Information shown:
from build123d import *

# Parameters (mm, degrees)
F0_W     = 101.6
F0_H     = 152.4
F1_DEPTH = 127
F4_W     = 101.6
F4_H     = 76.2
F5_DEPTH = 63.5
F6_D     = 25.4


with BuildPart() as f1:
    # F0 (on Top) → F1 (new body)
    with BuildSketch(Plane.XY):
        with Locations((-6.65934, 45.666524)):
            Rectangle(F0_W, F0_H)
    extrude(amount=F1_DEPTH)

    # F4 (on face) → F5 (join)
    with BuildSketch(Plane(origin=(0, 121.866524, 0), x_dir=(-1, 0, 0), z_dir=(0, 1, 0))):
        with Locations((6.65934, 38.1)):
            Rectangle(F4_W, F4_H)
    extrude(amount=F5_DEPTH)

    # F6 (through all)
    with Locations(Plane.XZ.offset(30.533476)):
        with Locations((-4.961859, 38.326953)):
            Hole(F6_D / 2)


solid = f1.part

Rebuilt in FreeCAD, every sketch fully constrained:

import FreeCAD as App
import Part
import Sketcher

V = App.Vector
Q = App.Units.Quantity


def add_polygon(sketch, points):
    """Adds a closed chain of lines whose ends are joined by coincident constraints."""
    first, n = sketch.GeometryCount, len(points)
    for a, b in zip(points, points[1:] + points[:1]):
        sketch.addGeometry(Part.LineSegment(App.Vector(*a, 0), App.Vector(*b, 0)), False)
    for i in range(n):
        sketch.addConstraint(Sketcher.Constraint("Coincident", first + i, 2, first + (i + 1) % n, 1))

doc = App.newDocument("Part")
body = doc.addObject("PartDesign::Body", "Body")

sketch1 = body.newObject("Sketcher::SketchObject", "Sketch")
sketch1.AttachmentSupport = (doc.getObject("XY_Plane"), [""])
sketch1.MapMode = "FlatFace"
add_polygon(sketch1, [(-57, 122), (-57, -31), (44, -31), (44, 122)])
sketch1.addConstraint([
    Sketcher.Constraint("Vertical", 0),
    Sketcher.Constraint("Horizontal", 1),
    Sketcher.Constraint("Vertical", 2),
    Sketcher.Constraint("Horizontal", 3),
    Sketcher.Constraint("DistanceX", 1, 1, 1, 2, Q("4 in")),
    Sketcher.Constraint("DistanceY", 0, 2, 0, 1, Q("6 in")),
    Sketcher.Constraint("DistanceX", 0, 2, -1, 1, 57.45934),
    Sketcher.Constraint("DistanceY", 0, 2, -1, 1, 30.533476),
])
pad1 = body.newObject("PartDesign::Pad", "Pad")
pad1.Profile = sketch1
pad1.Length = Q("5 in")

sketch2 = body.newObject("Sketcher::SketchObject", "Sketch001")
sketch2.AttachmentSupport = (doc.getObject("XZ_Plane"), [""])
sketch2.MapMode = "FlatFace"
sketch2.AttachmentOffset = App.Placement(V(0, 0, -121.866524), App.Rotation())
add_polygon(sketch2, [(44, 76), (44, 0), (-57, 0), (-57, 76)])
sketch2.addConstraint([
    Sketcher.Constraint("Vertical", 0),
    Sketcher.Constraint("Horizontal", 1),
    Sketcher.Constraint("Vertical", 2),
    Sketcher.Constraint("Horizontal", 3),
    Sketcher.Constraint("PointOnObject", 0, 2, -1),
    Sketcher.Constraint("DistanceX", 1, 2, 1, 1, Q("4 in")),
    Sketcher.Constraint("DistanceY", 0, 2, 0, 1, Q("3 in")),
    Sketcher.Constraint("DistanceX", -1, 1, 0, 2, 44.14066),
])
pad2 = body.newObject("PartDesign::Pad", "Pad001")
pad2.Profile = sketch2
pad2.Length = Q("2.5 in")
pad2.Reversed = True

sketch3 = body.newObject("Sketcher::SketchObject", "Sketch002")
sketch3.AttachmentSupport = (doc.getObject("XZ_Plane"), [""])
sketch3.MapMode = "FlatFace"
sketch3.AttachmentOffset = App.Placement(V(0, 0, 30.533476), App.Rotation())
sketch3.addGeometry(Part.Circle(V(-5, 38, 0), V(0, 0, 1), 13), False)
sketch3.addConstraint([
    Sketcher.Constraint("Diameter", 0, Q("1 in")),
    Sketcher.Constraint("DistanceX", 0, 3, -1, 1, 4.961859),
    Sketcher.Constraint("DistanceY", -1, 1, 0, 3, 38.326953),
])
doc.recompute()
hole = body.newObject("PartDesign::Hole", "Hole")
hole.Profile = sketch3
hole.ThreadType = "None"
hole.Diameter = Q("1 in")
hole.DepthType = "ThroughAll"

doc.recompute()
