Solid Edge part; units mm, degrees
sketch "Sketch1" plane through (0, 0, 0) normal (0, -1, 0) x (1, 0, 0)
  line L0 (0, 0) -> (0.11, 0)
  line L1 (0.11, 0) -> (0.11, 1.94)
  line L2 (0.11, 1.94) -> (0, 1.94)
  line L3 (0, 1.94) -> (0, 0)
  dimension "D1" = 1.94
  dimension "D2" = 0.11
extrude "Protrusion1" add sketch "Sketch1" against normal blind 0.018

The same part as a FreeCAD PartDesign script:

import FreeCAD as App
import Part
import Sketcher
from FreeCAD import Vector
Q = App.Units.Quantity

doc = App.newDocument("Part")
body = doc.addObject("PartDesign::Body", "Body")

sketch1 = body.newObject("Sketcher::SketchObject", "Sketch")
sketch1.AttachmentSupport = (doc.getObject("XZ_Plane"), [""])
sketch1.MapMode = "FlatFace"
sketch1.addGeometry([
    Part.LineSegment(Vector(0, 1.94, 0), Vector(0, 0, 0)),
    Part.LineSegment(Vector(0, 0, 0), Vector(0.11, 0, 0)),
    Part.LineSegment(Vector(0.11, 0, 0), Vector(0.11, 1.94, 0)),
    Part.LineSegment(Vector(0.11, 1.94, 0), Vector(0, 1.94, 0)),
], False)
sketch1.addConstraint([
    Sketcher.Constraint("Coincident", 0, 2, 1, 1),
    Sketcher.Constraint("Coincident", 1, 2, 2, 1),
    Sketcher.Constraint("Coincident", 2, 2, 3, 1),
    Sketcher.Constraint("Coincident", 3, 2, 0, 1),
    Sketcher.Constraint("Vertical", 0),
    Sketcher.Constraint("Horizontal", 1),
    Sketcher.Constraint("Vertical", 2),
    Sketcher.Constraint("Horizontal", 3),
    Sketcher.Constraint("Coincident", 0, 2, -1, 1),
    Sketcher.Constraint("DistanceX", 1, 1, 1, 2, Q("0.11 mm")),
    Sketcher.Constraint("DistanceY", 0, 2, 0, 1, Q("1.94 mm")),
])
pad1 = body.newObject("PartDesign::Pad", "Pad")
pad1.Profile = sketch1
pad1.Length = 0.018
pad1.Reversed = True

doc.recompute()
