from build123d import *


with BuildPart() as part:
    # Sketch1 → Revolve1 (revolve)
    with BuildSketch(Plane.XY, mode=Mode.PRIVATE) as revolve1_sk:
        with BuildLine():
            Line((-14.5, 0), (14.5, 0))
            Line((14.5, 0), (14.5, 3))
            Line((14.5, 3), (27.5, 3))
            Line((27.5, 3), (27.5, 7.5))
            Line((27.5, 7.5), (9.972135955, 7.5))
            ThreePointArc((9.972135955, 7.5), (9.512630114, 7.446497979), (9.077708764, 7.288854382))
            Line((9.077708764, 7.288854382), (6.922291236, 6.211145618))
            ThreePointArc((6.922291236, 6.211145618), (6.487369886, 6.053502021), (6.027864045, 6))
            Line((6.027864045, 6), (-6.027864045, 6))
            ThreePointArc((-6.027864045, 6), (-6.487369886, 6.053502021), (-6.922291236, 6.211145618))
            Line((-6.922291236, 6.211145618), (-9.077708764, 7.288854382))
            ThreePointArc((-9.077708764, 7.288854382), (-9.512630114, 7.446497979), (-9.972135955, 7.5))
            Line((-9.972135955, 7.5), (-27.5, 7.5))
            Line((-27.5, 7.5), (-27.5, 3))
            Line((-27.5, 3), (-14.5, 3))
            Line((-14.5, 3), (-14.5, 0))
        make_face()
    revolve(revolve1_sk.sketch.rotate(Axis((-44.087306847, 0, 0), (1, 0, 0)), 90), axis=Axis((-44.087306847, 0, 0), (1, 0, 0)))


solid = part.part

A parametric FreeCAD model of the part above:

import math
import FreeCAD as App
import Part
import Sketcher
from FreeCAD import Vector

doc = App.newDocument("Part")
body = doc.addObject("PartDesign::Body", "Body")

# Sketch on XY plane
sketch1 = body.newObject("Sketcher::SketchObject", "Sketch")
sketch1.AttachmentSupport = (doc.getObject("XY_Plane"), [""])
sketch1.MapMode = "FlatFace"
sketch1.addGeometry(Part.LineSegment(Vector(-14.5, 0, 0), Vector(14.5, 0, 0)), False)
sketch1.addGeometry(Part.LineSegment(Vector(14.5, 0, 0), Vector(14.5, 3, 0)), False)
sketch1.addGeometry(Part.LineSegment(Vector(14.5, 3, 0), Vector(27.5, 3, 0)), False)
sketch1.addGeometry(Part.LineSegment(Vector(27.5, 3, 0), Vector(27.5, 7.5, 0)), False)
sketch1.addGeometry(Part.LineSegment(Vector(27.5, 7.5, 0), Vector(10, 7.5, 0)), False)
sketch1.addGeometry(Part.ArcOfCircle(Part.Circle(Vector(10, 5.5, 0), Vector(0, 0, 1), 2), math.radians(90), math.radians(117)), False)
sketch1.addGeometry(Part.LineSegment(Vector(9.1, 7.3, 0), Vector(6.9, 6.2, 0)), False)
sketch1.addGeometry(Part.ArcOfCircle(Part.Circle(Vector(6, 8, 0), Vector(0, 0, 1), 2), math.radians(-90), math.radians(-63)), False)
sketch1.addGeometry(Part.LineSegment(Vector(6, 6, 0), Vector(-6, 6, 0)), False)
sketch1.addGeometry(Part.ArcOfCircle(Part.Circle(Vector(-6, 8, 0), Vector(0, 0, 1), 2), math.radians(-117), math.radians(-90)), False)
sketch1.addGeometry(Part.LineSegment(Vector(-6.9, 6.2, 0), Vector(-9.1, 7.3, 0)), False)
sketch1.addGeometry(Part.ArcOfCircle(Part.Circle(Vector(-10, 5.5, 0), Vector(0, 0, 1), 2), math.radians(63), math.radians(90)), False)
sketch1.addGeometry(Part.LineSegment(Vector(-10, 7.5, 0), Vector(-27.5, 7.5, 0)), False)
sketch1.addGeometry(Part.LineSegment(Vector(-27.5, 7.5, 0), Vector(-27.5, 3, 0)), False)
sketch1.addGeometry(Part.LineSegment(Vector(-27.5, 3, 0), Vector(-14.5, 3, 0)), False)
sketch1.addGeometry(Part.LineSegment(Vector(-14.5, 3, 0), Vector(-14.5, 0, 0)), False)
sketch1.addConstraint(Sketcher.Constraint("Coincident", 0, 2, 1, 1))
sketch1.addConstraint(Sketcher.Constraint("Coincident", 1, 2, 2, 1))
sketch1.addConstraint(Sketcher.Constraint("Coincident", 2, 2, 3, 1))
sketch1.addConstraint(Sketcher.Constraint("Coincident", 3, 2, 4, 1))
sketch1.addConstraint(Sketcher.Constraint("Tangent", 4, 2, 5, 1))
sketch1.addConstraint(Sketcher.Constraint("Tangent", 5, 2, 6, 1))
sketch1.addConstraint(Sketcher.Constraint("Tangent", 6, 2, 7, 2))
sketch1.addConstraint(Sketcher.Constraint("Tangent", 7, 1, 8, 1))
sketch1.addConstraint(Sketcher.Constraint("Tangent", 8, 2, 9, 2))
sketch1.addConstraint(Sketcher.Constraint("Tangent", 9, 1, 10, 1))
sketch1.addConstraint(Sketcher.Constraint("Tangent", 10, 2, 11, 1))
sketch1.addConstraint(Sketcher.Constraint("Tangent", 11, 2, 12, 1))
sketch1.addConstraint(Sketcher.Constraint("Coincident", 12, 2, 13, 1))
sketch1.addConstraint(Sketcher.Constraint("Coincident", 13, 2, 14, 1))
sketch1.addConstraint(Sketcher.Constraint("Coincident", 14, 2, 15, 1))
sketch1.addConstraint(Sketcher.Constraint("Coincident", 15, 2, 0, 1))
sketch1.addConstraint(Sketcher.Constraint("Horizontal", 0))
sketch1.addConstraint(Sketcher.Constraint("Vertical", 1))
sketch1.addConstraint(Sketcher.Constraint("Horizontal", 2))
sketch1.addConstraint(Sketcher.Constraint("Vertical", 3))
sketch1.addConstraint(Sketcher.Constraint("Horizontal", 4))
sketch1.addConstraint(Sketcher.Constraint("Horizontal", 8))
sketch1.addConstraint(Sketcher.Constraint("Horizontal", 12))
sketch1.addConstraint(Sketcher.Constraint("Vertical", 13))
sketch1.addConstraint(Sketcher.Constraint("Horizontal", 14))
sketch1.addConstraint(Sketcher.Constraint("Vertical", 15))
sketch1.addConstraint(Sketcher.Constraint("Equal", 5, 7))
sketch1.addConstraint(Sketcher.Constraint("Equal", 7, 9))
sketch1.addConstraint(Sketcher.Constraint("Equal", 9, 11))
sketch1.addConstraint(Sketcher.Constraint("Symmetric", 0, 2, 15, 2, -1, 1))
sketch1.addConstraint(Sketcher.Constraint("Symmetric", 5, 3, 11, 3, -2))
sketch1.addConstraint(Sketcher.Constraint("Symmetric", 2, 2, 13, 2, -2))
sketch1.addConstraint(Sketcher.Constraint("Horizontal", 6, 2, 9, 1))
sketch1.addConstraint(Sketcher.Constraint("Radius", 5, 2.0))
sketch1.addConstraint(Sketcher.Constraint("DistanceX", 0, 1, 0, 2, 29.0))
sketch1.addConstraint(Sketcher.Constraint("DistanceX", 2, 1, 2, 2, 13.0))
sketch1.addConstraint(Sketcher.Constraint("DistanceY", 1, 1, 1, 2, 3.0))
sketch1.addConstraint(Sketcher.Constraint("DistanceY", 3, 1, 3, 2, 4.5))
sketch1.addConstraint(Sketcher.Constraint("DistanceY", -1, 1, 7, 3, 8.0))
sketch1.addConstraint(Sketcher.Constraint("DistanceX", 9, 3, 5, 3, 16.0))
sketch1.addConstraint(Sketcher.Constraint("DistanceX", 8, 2, 8, 1, 12.055728))
revolution = body.newObject("PartDesign::Revolution", "Revolution")
revolution.Profile = sketch1
revolution.ReferenceAxis = (sketch1, ["H_Axis"])
revolution.Angle = 360

doc.recompute()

Requirement:
Retype only the lines above between the line with "Line((-9.972135955, 7.5), (-27.5, 7.5))" and the line with "A parametric FreeCAD", counting those two lines as well, and keep every character as it is.

Finished exercise:
            Line((-9.972135955, 7.5), (-27.5, 7.5))
            Line((-27.5, 7.5), (-27.5, 3))
            Line((-27.5, 3), (-14.5, 3))
            Line((-14.5, 3), (-14.5, 0))
        make_face()
    revolve(revolve1_sk.sketch.rotate(Axis((-44.087306847, 0, 0), (1, 0, 0)), 90), axis=Axis((-44.087306847, 0, 0), (1, 0, 0)))


solid = part.part

A parametric FreeCAD model of the part above:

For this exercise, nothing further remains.